Laubingers Familie wurde von den Nationalsozialisten verfolgt und in verschiedene Konzentrationslager deportiert. Er erzählte die Geschichte seiner Mutter, die als einzige ihrer Familie die Grauen von Auschwitz überlebte. Mit großer Emotionalität sprach Laubinger über die Erlebnisse seiner Mutter, die ihre Geschwister und Eltern in den Lagern verlor und teilweise sogar die Morde mit ihren eigenen Augen verfolgen musste. Besonders erschütternd war die Schilderung, dass Dr. Mengele an den Cousins von Herrn Laubinger experimentiert haben soll.

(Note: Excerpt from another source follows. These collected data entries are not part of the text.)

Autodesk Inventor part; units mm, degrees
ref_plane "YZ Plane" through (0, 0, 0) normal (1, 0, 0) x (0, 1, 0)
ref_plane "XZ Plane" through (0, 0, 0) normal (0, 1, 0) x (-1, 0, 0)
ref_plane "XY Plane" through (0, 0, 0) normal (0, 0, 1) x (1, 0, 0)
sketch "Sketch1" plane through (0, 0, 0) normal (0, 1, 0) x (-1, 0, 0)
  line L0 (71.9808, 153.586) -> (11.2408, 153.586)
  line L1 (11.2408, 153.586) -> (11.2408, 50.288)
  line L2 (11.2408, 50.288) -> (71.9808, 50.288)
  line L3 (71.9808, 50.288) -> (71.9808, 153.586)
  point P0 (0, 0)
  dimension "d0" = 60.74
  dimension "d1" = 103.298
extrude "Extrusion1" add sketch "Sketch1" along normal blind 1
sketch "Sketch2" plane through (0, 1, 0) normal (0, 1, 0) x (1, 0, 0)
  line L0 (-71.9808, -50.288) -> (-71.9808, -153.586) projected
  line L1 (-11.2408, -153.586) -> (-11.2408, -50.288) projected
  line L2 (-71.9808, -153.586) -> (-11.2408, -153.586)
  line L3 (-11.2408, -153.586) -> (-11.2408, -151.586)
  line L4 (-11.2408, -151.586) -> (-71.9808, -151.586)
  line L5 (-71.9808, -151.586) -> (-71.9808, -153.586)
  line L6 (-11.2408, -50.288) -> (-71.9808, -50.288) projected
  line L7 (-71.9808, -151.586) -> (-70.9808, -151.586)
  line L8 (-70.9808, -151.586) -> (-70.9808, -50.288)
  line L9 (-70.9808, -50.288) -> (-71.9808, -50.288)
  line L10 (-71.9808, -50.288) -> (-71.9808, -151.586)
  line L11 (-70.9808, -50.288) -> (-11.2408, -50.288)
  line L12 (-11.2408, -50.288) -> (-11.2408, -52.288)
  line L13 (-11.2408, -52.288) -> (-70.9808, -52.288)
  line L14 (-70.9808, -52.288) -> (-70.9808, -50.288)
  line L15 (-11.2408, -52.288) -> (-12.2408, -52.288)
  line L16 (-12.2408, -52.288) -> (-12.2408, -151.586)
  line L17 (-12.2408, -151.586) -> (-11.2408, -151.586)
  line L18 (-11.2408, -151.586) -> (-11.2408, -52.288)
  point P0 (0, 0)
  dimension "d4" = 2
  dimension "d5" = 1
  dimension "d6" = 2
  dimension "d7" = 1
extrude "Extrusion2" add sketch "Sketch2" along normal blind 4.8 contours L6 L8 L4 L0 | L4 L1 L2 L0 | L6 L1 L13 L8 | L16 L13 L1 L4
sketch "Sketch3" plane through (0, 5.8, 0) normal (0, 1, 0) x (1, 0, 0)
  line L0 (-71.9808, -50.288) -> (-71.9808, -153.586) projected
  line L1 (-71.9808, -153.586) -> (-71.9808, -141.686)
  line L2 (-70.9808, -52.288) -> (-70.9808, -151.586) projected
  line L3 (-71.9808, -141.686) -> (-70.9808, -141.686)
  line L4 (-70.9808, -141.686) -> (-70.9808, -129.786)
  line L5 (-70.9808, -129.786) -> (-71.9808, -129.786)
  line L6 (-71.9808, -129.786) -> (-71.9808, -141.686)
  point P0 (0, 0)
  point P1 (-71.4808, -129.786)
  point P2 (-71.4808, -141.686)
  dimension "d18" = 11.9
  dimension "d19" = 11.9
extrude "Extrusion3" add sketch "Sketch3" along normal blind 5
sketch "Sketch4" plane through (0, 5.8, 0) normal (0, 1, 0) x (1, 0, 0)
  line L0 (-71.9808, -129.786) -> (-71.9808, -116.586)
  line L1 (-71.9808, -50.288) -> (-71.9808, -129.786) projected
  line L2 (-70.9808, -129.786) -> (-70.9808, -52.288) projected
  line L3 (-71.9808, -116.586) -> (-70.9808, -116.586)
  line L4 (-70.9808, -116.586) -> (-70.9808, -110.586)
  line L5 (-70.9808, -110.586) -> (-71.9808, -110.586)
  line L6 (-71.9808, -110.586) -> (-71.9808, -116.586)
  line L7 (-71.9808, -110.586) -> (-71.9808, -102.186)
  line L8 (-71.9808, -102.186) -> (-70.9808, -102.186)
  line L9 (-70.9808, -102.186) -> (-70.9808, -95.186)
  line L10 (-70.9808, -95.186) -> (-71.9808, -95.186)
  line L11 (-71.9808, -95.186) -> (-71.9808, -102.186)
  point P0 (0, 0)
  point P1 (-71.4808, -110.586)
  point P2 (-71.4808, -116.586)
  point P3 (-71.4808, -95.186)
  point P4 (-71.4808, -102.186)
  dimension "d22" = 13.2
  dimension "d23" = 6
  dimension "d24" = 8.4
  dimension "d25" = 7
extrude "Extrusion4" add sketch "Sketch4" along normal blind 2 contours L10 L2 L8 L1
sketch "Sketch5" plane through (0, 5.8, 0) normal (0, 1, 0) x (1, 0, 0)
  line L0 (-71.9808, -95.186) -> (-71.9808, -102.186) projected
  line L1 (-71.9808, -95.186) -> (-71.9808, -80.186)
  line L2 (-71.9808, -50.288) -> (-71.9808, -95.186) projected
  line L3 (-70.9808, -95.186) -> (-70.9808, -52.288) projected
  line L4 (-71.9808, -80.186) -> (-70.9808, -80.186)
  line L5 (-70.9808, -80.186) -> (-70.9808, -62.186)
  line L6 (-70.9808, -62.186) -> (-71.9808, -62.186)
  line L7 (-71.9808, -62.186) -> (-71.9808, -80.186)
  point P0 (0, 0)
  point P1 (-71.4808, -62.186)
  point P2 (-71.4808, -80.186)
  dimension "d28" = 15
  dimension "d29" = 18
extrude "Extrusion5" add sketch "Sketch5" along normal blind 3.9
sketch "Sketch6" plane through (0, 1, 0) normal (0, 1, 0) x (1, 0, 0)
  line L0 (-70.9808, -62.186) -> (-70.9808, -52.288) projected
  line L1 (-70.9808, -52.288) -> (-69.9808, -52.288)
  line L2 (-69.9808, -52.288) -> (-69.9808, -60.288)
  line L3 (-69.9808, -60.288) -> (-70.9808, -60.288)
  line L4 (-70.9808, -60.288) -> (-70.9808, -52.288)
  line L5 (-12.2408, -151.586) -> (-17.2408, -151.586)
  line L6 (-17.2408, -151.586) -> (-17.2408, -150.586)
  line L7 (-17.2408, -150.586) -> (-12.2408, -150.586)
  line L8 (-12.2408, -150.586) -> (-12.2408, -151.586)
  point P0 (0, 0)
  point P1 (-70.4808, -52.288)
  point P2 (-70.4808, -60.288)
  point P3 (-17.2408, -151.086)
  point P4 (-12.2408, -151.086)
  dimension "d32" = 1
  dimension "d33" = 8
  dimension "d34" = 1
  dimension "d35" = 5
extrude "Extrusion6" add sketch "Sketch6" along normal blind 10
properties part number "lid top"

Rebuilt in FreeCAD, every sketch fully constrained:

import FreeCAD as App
import Part
import Sketcher

V = App.Vector


def add_polygon(sketch, points):
    """Adds a closed chain of lines whose ends are joined by coincident constraints."""
    first, n = sketch.GeometryCount, len(points)
    for a, b in zip(points, points[1:] + points[:1]):
        sketch.addGeometry(Part.LineSegment(App.Vector(*a, 0), App.Vector(*b, 0)), False)
    for i in range(n):
        sketch.addConstraint(Sketcher.Constraint("Coincident", first + i, 2, first + (i + 1) % n, 1))

doc = App.newDocument("Part")
body = doc.addObject("PartDesign::Body", "Body")

# Sketch on XZ plane
sketch1 = body.newObject("Sketcher::SketchObject", "Sketch")
sketch1.AttachmentSupport = (doc.getObject("XZ_Plane"), [""])
sketch1.MapMode = "FlatFace"
add_polygon(sketch1, [(-72, 50), (-72, 154), (-11, 154), (-11, 50)])  # lines 0-3
sketch1.addConstraint(Sketcher.Constraint("Vertical", 0))
sketch1.addConstraint(Sketcher.Constraint("Horizontal", 1))
sketch1.addConstraint(Sketcher.Constraint("Vertical", 2))
sketch1.addConstraint(Sketcher.Constraint("Horizontal", 3))
sketch1.addConstraint(Sketcher.Constraint("DistanceX", 1, 1, 1, 2, 60.74))
sketch1.addConstraint(Sketcher.Constraint("DistanceY", 0, 1, 0, 2, 103.298))
sketch1.addConstraint(Sketcher.Constraint("DistanceY", -1, 1, 0, 2, 153.586))
sketch1.addConstraint(Sketcher.Constraint("DistanceX", 0, 2, -1, 1, 71.9808))
pad1 = body.newObject("PartDesign::Pad", "Pad")
pad1.Profile = sketch1
pad1.Length = 1
pad1.Reversed = True

# Sketch on XZ plane
sketch2 = body.newObject("Sketcher::SketchObject", "Sketch001")
sketch2.AttachmentSupport = (doc.getObject("XZ_Plane"), [""])
sketch2.MapMode = "FlatFace"
sketch2.AttachmentOffset = App.Placement(V(0, 0, -1), App.Rotation())
add_polygon(sketch2, [(-72, 50), (-72, 154), (-11, 154), (-11, 50)])  # lines 0-3
add_polygon(sketch2, [(-71, 152), (-71, 52), (-12, 52), (-12, 152)])  # lines 4-7
sketch2.addConstraint(Sketcher.Constraint("Vertical", 0))
sketch2.addConstraint(Sketcher.Constraint("Horizontal", 1))
sketch2.addConstraint(Sketcher.Constraint("Vertical", 2))
sketch2.addConstraint(Sketcher.Constraint("Horizontal", 3))
sketch2.addConstraint(Sketcher.Constraint("Vertical", 4))
sketch2.addConstraint(Sketcher.Constraint("Horizontal", 5))
sketch2.addConstraint(Sketcher.Constraint("Vertical", 6))
sketch2.addConstraint(Sketcher.Constraint("Horizontal", 7))
sketch2.addConstraint(Sketcher.Constraint("DistanceX", 3, 2, 4, 2, 1.0))
sketch2.addConstraint(Sketcher.Constraint("DistanceY", 3, 2, 4, 2, 2.0))
sketch2.addConstraint(Sketcher.Constraint("DistanceX", 5, 2, 2, 2, 1.0))
sketch2.addConstraint(Sketcher.Constraint("DistanceY", 6, 2, 1, 2, 2.0))
sketch2.addConstraint(Sketcher.Constraint("DistanceX", 1, 1, 1, 2, 60.74))
sketch2.addConstraint(Sketcher.Constraint("DistanceY", 0, 1, 0, 2, 103.298))
sketch2.addConstraint(Sketcher.Constraint("DistanceY", -1, 1, 0, 2, 153.586))
sketch2.addConstraint(Sketcher.Constraint("DistanceX", 0, 2, -1, 1, 71.9808))
pad2 = body.newObject("PartDesign::Pad", "Pad001")
pad2.Profile = sketch2
pad2.Length = 4.8
pad2.Reversed = True

# Sketch on XZ plane
sketch3 = body.newObject("Sketcher::SketchObject", "Sketch002")
sketch3.AttachmentSupport = (doc.getObject("XZ_Plane"), [""])
sketch3.MapMode = "FlatFace"
sketch3.AttachmentOffset = App.Placement(V(0, 0, -5.8), App.Rotation())
add_polygon(sketch3, [(-71, 129.8), (-72, 129.8), (-72, 141.7), (-71, 141.7)])  # lines 0-3
sketch3.addConstraint(Sketcher.Constraint("Horizontal", 0))
sketch3.addConstraint(Sketcher.Constraint("Vertical", 1))
sketch3.addConstraint(Sketcher.Constraint("Horizontal", 2))
sketch3.addConstraint(Sketcher.Constraint("Vertical", 3))
sketch3.addConstraint(Sketcher.Constraint("DistanceY", 1, 1, 1, 2, 11.9))
sketch3.addConstraint(Sketcher.Constraint("DistanceX", 0, 2, 0, 1, 1.0))
sketch3.addConstraint(Sketcher.Constraint("DistanceY", -1, 1, 0, 2, 129.786))
sketch3.addConstraint(Sketcher.Constraint("DistanceX", 0, 2, -1, 1, 71.9808))
pad3 = body.newObject("PartDesign::Pad", "Pad002")
pad3.Profile = sketch3
pad3.Length = 5
pad3.Reversed = True

# Sketch on XZ plane
sketch4 = body.newObject("Sketcher::SketchObject", "Sketch003")
sketch4.AttachmentSupport = (doc.getObject("XZ_Plane"), [""])
sketch4.MapMode = "FlatFace"
sketch4.AttachmentOffset = App.Placement(V(0, 0, -5.8), App.Rotation())
add_polygon(sketch4, [(-71, 95.2), (-72, 95.2), (-72, 102.2), (-71, 102.2)])  # lines 0-3
sketch4.addConstraint(Sketcher.Constraint("Horizontal", 0))
sketch4.addConstraint(Sketcher.Constraint("Vertical", 1))
sketch4.addConstraint(Sketcher.Constraint("Horizontal", 2))
sketch4.addConstraint(Sketcher.Constraint("Vertical", 3))
sketch4.addConstraint(Sketcher.Constraint("DistanceY", 1, 1, 1, 2, 7.0))
sketch4.addConstraint(Sketcher.Constraint("DistanceX", 0, 2, 0, 1, 1.0))
sketch4.addConstraint(Sketcher.Constraint("DistanceY", -1, 1, 0, 2, 95.186))
sketch4.addConstraint(Sketcher.Constraint("DistanceX", 0, 2, -1, 1, 71.9808))
pad4 = body.newObject("PartDesign::Pad", "Pad003")
pad4.Profile = sketch4
pad4.Length = 2
pad4.Reversed = True

# Sketch on XZ plane
sketch5 = body.newObject("Sketcher::SketchObject", "Sketch004")
sketch5.AttachmentSupport = (doc.getObject("XZ_Plane"), [""])
sketch5.MapMode = "FlatFace"
sketch5.AttachmentOffset = App.Placement(V(0, 0, -5.8), App.Rotation())
add_polygon(sketch5, [(-71, 62.2), (-72, 62.2), (-72, 80.2), (-71, 80.2)])  # lines 0-3
sketch5.addConstraint(Sketcher.Constraint("Horizontal", 0))
sketch5.addConstraint(Sketcher.Constraint("Vertical", 1))
sketch5.addConstraint(Sketcher.Constraint("Horizontal", 2))
sketch5.addConstraint(Sketcher.Constraint("Vertical", 3))
sketch5.addConstraint(Sketcher.Constraint("DistanceY", 1, 1, 1, 2, 18.0))
sketch5.addConstraint(Sketcher.Constraint("DistanceX", 0, 2, 0, 1, 1.0))
sketch5.addConstraint(Sketcher.Constraint("DistanceY", -1, 1, 0, 2, 62.186))
sketch5.addConstraint(Sketcher.Constraint("DistanceX", 0, 2, -1, 1, 71.9808))
pad5 = body.newObject("PartDesign::Pad", "Pad004")
pad5.Profile = sketch5
pad5.Length = 3.9
pad5.Reversed = True

# Sketch on XZ plane
sketch6 = body.newObject("Sketcher::SketchObject", "Sketch005")
sketch6.AttachmentSupport = (doc.getObject("XZ_Plane"), [""])
sketch6.MapMode = "FlatFace"
sketch6.AttachmentOffset = App.Placement(V(0, 0, -1), App.Rotation())
add_polygon(sketch6, [(-71, 52.3), (-71, 60.3), (-70, 60.3), (-70, 52.3)])  # lines 0-3
add_polygon(sketch6, [(-17.2, 151.6), (-12.2, 151.6), (-12.2, 150.6), (-17.2, 150.6)])  # lines 4-7
sketch6.addConstraint(Sketcher.Constraint("Vertical", 0))
sketch6.addConstraint(Sketcher.Constraint("Horizontal", 1))
sketch6.addConstraint(Sketcher.Constraint("Vertical", 2))
sketch6.addConstraint(Sketcher.Constraint("Horizontal", 3))
sketch6.addConstraint(Sketcher.Constraint("Horizontal", 4))
sketch6.addConstraint(Sketcher.Constraint("Vertical", 5))
sketch6.addConstraint(Sketcher.Constraint("Horizontal", 6))
sketch6.addConstraint(Sketcher.Constraint("Vertical", 7))
sketch6.addConstraint(Sketcher.Constraint("Equal", 3, 5))
sketch6.addConstraint(Sketcher.Constraint("DistanceX", 1, 1, 1, 2, 1.0))
sketch6.addConstraint(Sketcher.Constraint("DistanceX", 4, 1, 4, 2, 5.0))
sketch6.addConstraint(Sketcher.Constraint("DistanceY", 0, 1, 0, 2, 8.0))
sketch6.addConstraint(Sketcher.Constraint("DistanceX", 1, 2, 4, 2, 57.74))
sketch6.addConstraint(Sketcher.Constraint("DistanceY", -1, 1, 0, 2, 60.288))
sketch6.addConstraint(Sketcher.Constraint("DistanceY", -1, 1, 4, 2, 151.586))
sketch6.addConstraint(Sketcher.Constraint("DistanceX", 0, 2, -1, 1, 70.9808))
pad6 = body.newObject("PartDesign::Pad", "Pad005")
pad6.Profile = sketch6
pad6.Length = 10
pad6.Reversed = True

doc.recompute()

Neben den Erzählungen über die Vergangenheit berichtete Herr Laubinger auch von den andauernden Diskriminierungen nach dem Krieg. Obwohl dieser lange vorbei war, endeten die Vorurteile und die Benachteiligung nicht. Sinti hätten sich regelmäßig bei der Polizei melden müssen. Dabei habe man von ihnen und sogar ihren Kindern Fotos gemacht und Fingerabdrücke genommen. Sie seien wie Verbrecher behandelt worden. Zudem seien alle Wiedergutmachungsanträge seiner Mutter abgelehnt worden. Besonders absurd sei die Ablehnung des Antrags für seinen Onkel gewesen, der mit nur zwei Monaten ins KZ gekommen sei.
1978 erlebte Herr Laubingers Familie ein unerwartetes Wiedersehen mit einem totgeglaubten Halbbruder. Zuvor hatte die Kriminalpolizei der Familie fälschlicherweise mitgeteilt, dass dieser bereits im KZ umgebracht worden wäre.
Diese persönlichen Einblicke in die Nachkriegszeit machten den Schülern deutlich, dass die Auswirkungen des Holocausts und die Diskriminierung der Sinti und Roma bis in die Gegenwart reichen. Die Erzählungen von Herrn Laubinger waren nicht nur eine bewegende Geschichtsstunde, sondern auch eine wichtige Mahnung an die jungen Zuhörer. Die Schüler waren sichtlich betroffen und stellten im Anschluss viele Fragen, die Laubinger geduldig und offen beantwortete. Die Schüler waren besonders an den Sitten und den Unterschieden zwischen Sinti und Roma interessiert. So erfuhren sie, dass es den Sinti nicht gestattet ist, ihre Sprache an andere Völker weiterzugeben. Diese Restriktion solle einen Schutz darstellen, da die Sprache während der NS-Verfolgung gegen die Bevölkerungsgruppe angewandt wurde.
Die Veranstaltung war ein eindrucksvoller Beweis dafür, wie wichtig es ist, die Geschichten der Vergangenheit zu bewahren und weiterzugeben. „Durch die persönlichen Berichte von Zweitzeugen wie Herrn Laubinger sowie Zeitzeugen wird Geschichte lebendig und erhält eine unmittelbare Bedeutung. Es ist unsere Verantwortung, diese Erinnerungen zu bewahren und aus ihnen zu lernen, um eine bessere Zukunft zu gestalten“, so Katharina Pietsch.
Ein herzliches Dankeschön gilt der Hessischen Landeszentrale für politische Bildung für ihre finanzielle Unterstützung der demokratiefördernden Veranstaltung.